Look through the lines below, find those with the word "ELLIPSE", and copy them.
Segment Start: Input for this task
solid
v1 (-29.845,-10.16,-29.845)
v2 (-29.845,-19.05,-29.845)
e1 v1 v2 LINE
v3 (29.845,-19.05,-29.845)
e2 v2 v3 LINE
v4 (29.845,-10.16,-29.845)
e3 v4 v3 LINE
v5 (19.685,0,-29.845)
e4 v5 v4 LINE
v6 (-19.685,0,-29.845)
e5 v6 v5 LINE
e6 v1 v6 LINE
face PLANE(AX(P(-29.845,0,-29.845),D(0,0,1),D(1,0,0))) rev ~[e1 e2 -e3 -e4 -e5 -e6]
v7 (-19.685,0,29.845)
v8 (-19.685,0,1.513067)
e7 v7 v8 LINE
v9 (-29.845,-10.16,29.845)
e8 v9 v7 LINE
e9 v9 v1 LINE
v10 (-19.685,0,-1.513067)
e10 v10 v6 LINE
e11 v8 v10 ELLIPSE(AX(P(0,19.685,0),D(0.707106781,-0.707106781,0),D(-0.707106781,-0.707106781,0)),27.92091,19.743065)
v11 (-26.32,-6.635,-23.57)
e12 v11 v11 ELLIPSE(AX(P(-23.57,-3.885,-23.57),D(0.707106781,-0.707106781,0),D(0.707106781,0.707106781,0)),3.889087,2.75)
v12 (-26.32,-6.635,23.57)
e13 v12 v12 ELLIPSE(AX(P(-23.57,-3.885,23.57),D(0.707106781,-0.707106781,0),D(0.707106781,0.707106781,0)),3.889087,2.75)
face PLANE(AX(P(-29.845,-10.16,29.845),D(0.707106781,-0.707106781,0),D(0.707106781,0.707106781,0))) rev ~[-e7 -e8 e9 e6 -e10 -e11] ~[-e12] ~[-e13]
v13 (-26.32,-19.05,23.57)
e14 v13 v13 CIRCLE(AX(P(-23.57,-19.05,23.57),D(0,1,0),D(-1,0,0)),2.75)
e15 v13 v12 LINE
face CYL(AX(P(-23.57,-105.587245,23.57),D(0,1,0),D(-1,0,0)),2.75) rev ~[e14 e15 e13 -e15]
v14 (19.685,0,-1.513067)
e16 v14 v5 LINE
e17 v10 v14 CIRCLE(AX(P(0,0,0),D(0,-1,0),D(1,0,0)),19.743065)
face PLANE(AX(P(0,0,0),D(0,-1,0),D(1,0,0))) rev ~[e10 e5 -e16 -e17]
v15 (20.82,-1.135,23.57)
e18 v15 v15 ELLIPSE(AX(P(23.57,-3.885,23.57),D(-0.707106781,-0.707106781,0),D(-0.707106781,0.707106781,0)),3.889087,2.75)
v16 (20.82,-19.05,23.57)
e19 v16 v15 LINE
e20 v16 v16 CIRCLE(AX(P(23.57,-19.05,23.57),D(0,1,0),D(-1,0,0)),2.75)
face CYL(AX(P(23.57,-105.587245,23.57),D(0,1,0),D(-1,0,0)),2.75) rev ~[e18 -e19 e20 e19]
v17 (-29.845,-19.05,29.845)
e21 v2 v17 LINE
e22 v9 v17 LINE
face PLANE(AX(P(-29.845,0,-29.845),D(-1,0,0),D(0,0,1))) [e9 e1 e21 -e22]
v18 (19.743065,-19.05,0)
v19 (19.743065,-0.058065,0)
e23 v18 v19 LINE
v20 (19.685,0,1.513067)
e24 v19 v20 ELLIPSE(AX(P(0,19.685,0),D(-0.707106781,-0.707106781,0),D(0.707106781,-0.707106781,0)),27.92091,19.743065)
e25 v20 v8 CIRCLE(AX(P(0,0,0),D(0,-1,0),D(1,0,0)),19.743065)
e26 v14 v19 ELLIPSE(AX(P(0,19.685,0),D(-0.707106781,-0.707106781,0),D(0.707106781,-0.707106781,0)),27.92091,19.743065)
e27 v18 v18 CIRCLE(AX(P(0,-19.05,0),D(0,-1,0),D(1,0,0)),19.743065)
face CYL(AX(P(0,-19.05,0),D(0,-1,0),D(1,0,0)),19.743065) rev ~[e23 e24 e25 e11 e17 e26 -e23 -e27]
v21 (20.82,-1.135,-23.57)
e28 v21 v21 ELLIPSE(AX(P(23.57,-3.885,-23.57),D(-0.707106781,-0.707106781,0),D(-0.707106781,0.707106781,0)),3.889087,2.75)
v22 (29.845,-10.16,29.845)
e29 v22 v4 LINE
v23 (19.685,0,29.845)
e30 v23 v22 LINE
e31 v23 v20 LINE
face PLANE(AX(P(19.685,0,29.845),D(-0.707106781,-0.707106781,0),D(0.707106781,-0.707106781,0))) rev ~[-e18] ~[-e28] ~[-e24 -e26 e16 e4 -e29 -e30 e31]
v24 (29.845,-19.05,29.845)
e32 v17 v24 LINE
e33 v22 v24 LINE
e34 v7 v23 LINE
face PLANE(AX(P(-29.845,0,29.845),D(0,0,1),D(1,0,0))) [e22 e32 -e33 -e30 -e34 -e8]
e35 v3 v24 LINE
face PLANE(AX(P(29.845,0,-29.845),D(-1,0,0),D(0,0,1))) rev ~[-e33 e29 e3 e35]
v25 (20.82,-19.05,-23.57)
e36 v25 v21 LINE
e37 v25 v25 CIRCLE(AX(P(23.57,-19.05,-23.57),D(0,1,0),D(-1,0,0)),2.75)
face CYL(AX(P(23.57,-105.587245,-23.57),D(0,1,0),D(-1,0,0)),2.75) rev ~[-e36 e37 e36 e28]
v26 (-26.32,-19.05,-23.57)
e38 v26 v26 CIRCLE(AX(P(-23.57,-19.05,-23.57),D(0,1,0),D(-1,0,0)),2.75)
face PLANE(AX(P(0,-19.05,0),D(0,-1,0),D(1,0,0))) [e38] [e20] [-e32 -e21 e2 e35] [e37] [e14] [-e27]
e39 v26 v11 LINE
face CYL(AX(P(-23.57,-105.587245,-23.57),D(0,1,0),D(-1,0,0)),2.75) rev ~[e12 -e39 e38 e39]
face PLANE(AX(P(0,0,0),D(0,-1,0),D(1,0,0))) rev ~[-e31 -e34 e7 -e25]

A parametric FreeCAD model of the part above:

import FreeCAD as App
import Part
import Sketcher
Q = App.Units.Quantity


def add_polygon(sketch, points):
    """Adds a closed chain of lines whose ends are joined by coincident constraints."""
    first, n = sketch.GeometryCount, len(points)
    for a, b in zip(points, points[1:] + points[:1]):
        sketch.addGeometry(Part.LineSegment(App.Vector(*a, 0), App.Vector(*b, 0)), False)
    for i in range(n):
        sketch.addConstraint(Sketcher.Constraint("Coincident", first + i, 2, first + (i + 1) % n, 1))

doc = App.newDocument("Part")
body = doc.addObject("PartDesign::Body", "Body")

sketch1 = body.newObject("Sketcher::SketchObject", "Sketch")
sketch1.AttachmentSupport = (doc.getObject("XZ_Plane"), [""])
sketch1.MapMode = "FlatFace"
add_polygon(sketch1, [(-30, 30), (-30, -30), (30, -30), (30, 30)])
sketch1.addConstraint([
    Sketcher.Constraint("Vertical", 0),
    Sketcher.Constraint("Horizontal", 1),
    Sketcher.Constraint("Vertical", 2),
    Sketcher.Constraint("Horizontal", 3),
    Sketcher.Constraint("Symmetric", 0, 2, 2, 2, -1, 1),
    Sketcher.Constraint("Equal", 3, 0),
    Sketcher.Constraint("DistanceX", 1, 1, 1, 2, Q("2.35 in")),
])
pad1 = body.newObject("PartDesign::Pad", "Pad")
pad1.Profile = sketch1
pad1.Length = Q("0.75 in")

sketch2 = body.newObject("Sketcher::SketchObject", "Sketch001")
sketch2.AttachmentSupport = (doc.getObject("XZ_Plane"), [""])
sketch2.MapMode = "FlatFace"
sketch2.AttachmentOffset = App.Placement(App.Vector(0, 0, 0.75 * 25.4), App.Rotation())
sketch2.addGeometry(Part.Circle(App.Vector(0, 0, 0), App.Vector(0, 0, 1), 20), False)
sketch2.addConstraint([
    Sketcher.Constraint("Coincident", 0, 3, -1, 1),
    Sketcher.Constraint("Diameter", 0, Q("39.486129 mm")),
])
pocket1 = body.newObject("PartDesign::Pocket", "Pocket")
pocket1.Profile = sketch2
pocket1.Length = Q("1 in")

sketch3 = body.newObject("Sketcher::SketchObject", "Sketch002")
sketch3.AttachmentSupport = (doc.getObject("XZ_Plane"), [""])
sketch3.MapMode = "FlatFace"
sketch3.AttachmentOffset = App.Placement(App.Vector(0, 0, 0.75 * 25.4), App.Rotation())
sketch3.addGeometry([
    Part.Circle(App.Vector(-23.6, 23.6, 0), App.Vector(0, 0, 1), 2.8),
    Part.Circle(App.Vector(23.6, 23.6, 0), App.Vector(0, 0, 1), 2.8),
    Part.Circle(App.Vector(23.6, -23.6, 0), App.Vector(0, 0, 1), 2.8),
    Part.Circle(App.Vector(-23.6, -23.6, 0), App.Vector(0, 0, 1), 2.8),
], False)
sketch3.addConstraint([
    Sketcher.Constraint("Equal", 0, 1),
    Sketcher.Constraint("Equal", 1, 2),
    Sketcher.Constraint("Equal", 2, 3),
    Sketcher.Constraint("Symmetric", 0, 3, 2, 3, -1, 1),
    Sketcher.Constraint("Symmetric", 1, 3, 3, 3, -1, 1),
    Sketcher.Constraint("Symmetric", 0, 3, 1, 3, -2),
    Sketcher.Constraint("Diameter", 0, Q("5.5 mm")),
    Sketcher.Constraint("DistanceX", 0, 3, -1, 1, Q("23.57 mm")),
    Sketcher.Constraint("DistanceY", -1, 1, 0, 3, Q("23.57 mm")),
])
doc.recompute()
hole = body.newObject("PartDesign::Hole", "Hole")
hole.Profile = sketch3
hole.ThreadType = "None"
hole.Diameter = 5.5
hole.DepthType = "ThroughAll"

sketch4 = body.newObject("Sketcher::SketchObject", "Sketch003")
sketch4.AttachmentSupport = (doc.getObject("XY_Plane"), [""])
sketch4.MapMode = "FlatFace"
sketch4.AttachmentOffset = App.Placement(App.Vector(0, 0, 1.175 * 25.4), App.Rotation())
add_polygon(sketch4, [(-30, 0), (-30, -10), (-20, 0)])
add_polygon(sketch4, [(20, 0), (30, -10), (30, 0)])
sketch4.addConstraint([
    Sketcher.Constraint("Vertical", 0),
    Sketcher.Constraint("Horizontal", 2),
    Sketcher.Constraint("Vertical", 4),
    Sketcher.Constraint("Horizontal", 5),
    Sketcher.Constraint("Symmetric", 2, 2, 4, 2, -1, 1),
    Sketcher.Constraint("Symmetric", 1, 2, 5, 2, -2),
    Sketcher.Constraint("Perpendicular", 1, 3),
    Sketcher.Constraint("Horizontal", 0, 2, 3, 2),
    Sketcher.Constraint("DistanceX", 2, 2, 2, 1, Q("0.4 in")),
    Sketcher.Constraint("DistanceX", 1, 2, 3, 2, Q("1.95 in")),
])
pocket2 = body.newObject("PartDesign::Pocket", "Pocket001")
pocket2.Profile = sketch4
pocket2.Type = "ThroughAll"

doc.recompute()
Segment End: Input for this task
- _Response box_
e11 v8 v10 ELLIPSE(AX(P(0,19.685,0),D(0.707106781,-0.707106781,0),D(-0.707106781,-0.707106781,0)),27.92091,19.743065)
e12 v11 v11 ELLIPSE(AX(P(-23.57,-3.885,-23.57),D(0.707106781,-0.707106781,0),D(0.707106781,0.707106781,0)),3.889087,2.75)
e13 v12 v12 ELLIPSE(AX(P(-23.57,-3.885,23.57),D(0.707106781,-0.707106781,0),D(0.707106781,0.707106781,0)),3.889087,2.75)
e18 v15 v15 ELLIPSE(AX(P(23.57,-3.885,23.57),D(-0.707106781,-0.707106781,0),D(-0.707106781,0.707106781,0)),3.889087,2.75)
e24 v19 v20 ELLIPSE(AX(P(0,19.685,0),D(-0.707106781,-0.707106781,0),D(0.707106781,-0.707106781,0)),27.92091,19.743065)
e26 v14 v19 ELLIPSE(AX(P(0,19.685,0),D(-0.707106781,-0.707106781,0),D(0.707106781,-0.707106781,0)),27.92091,19.743065)
e28 v21 v21 ELLIPSE(AX(P(23.57,-3.885,-23.57),D(-0.707106781,-0.707106781,0),D(-0.707106781,0.707106781,0)),3.889087,2.75)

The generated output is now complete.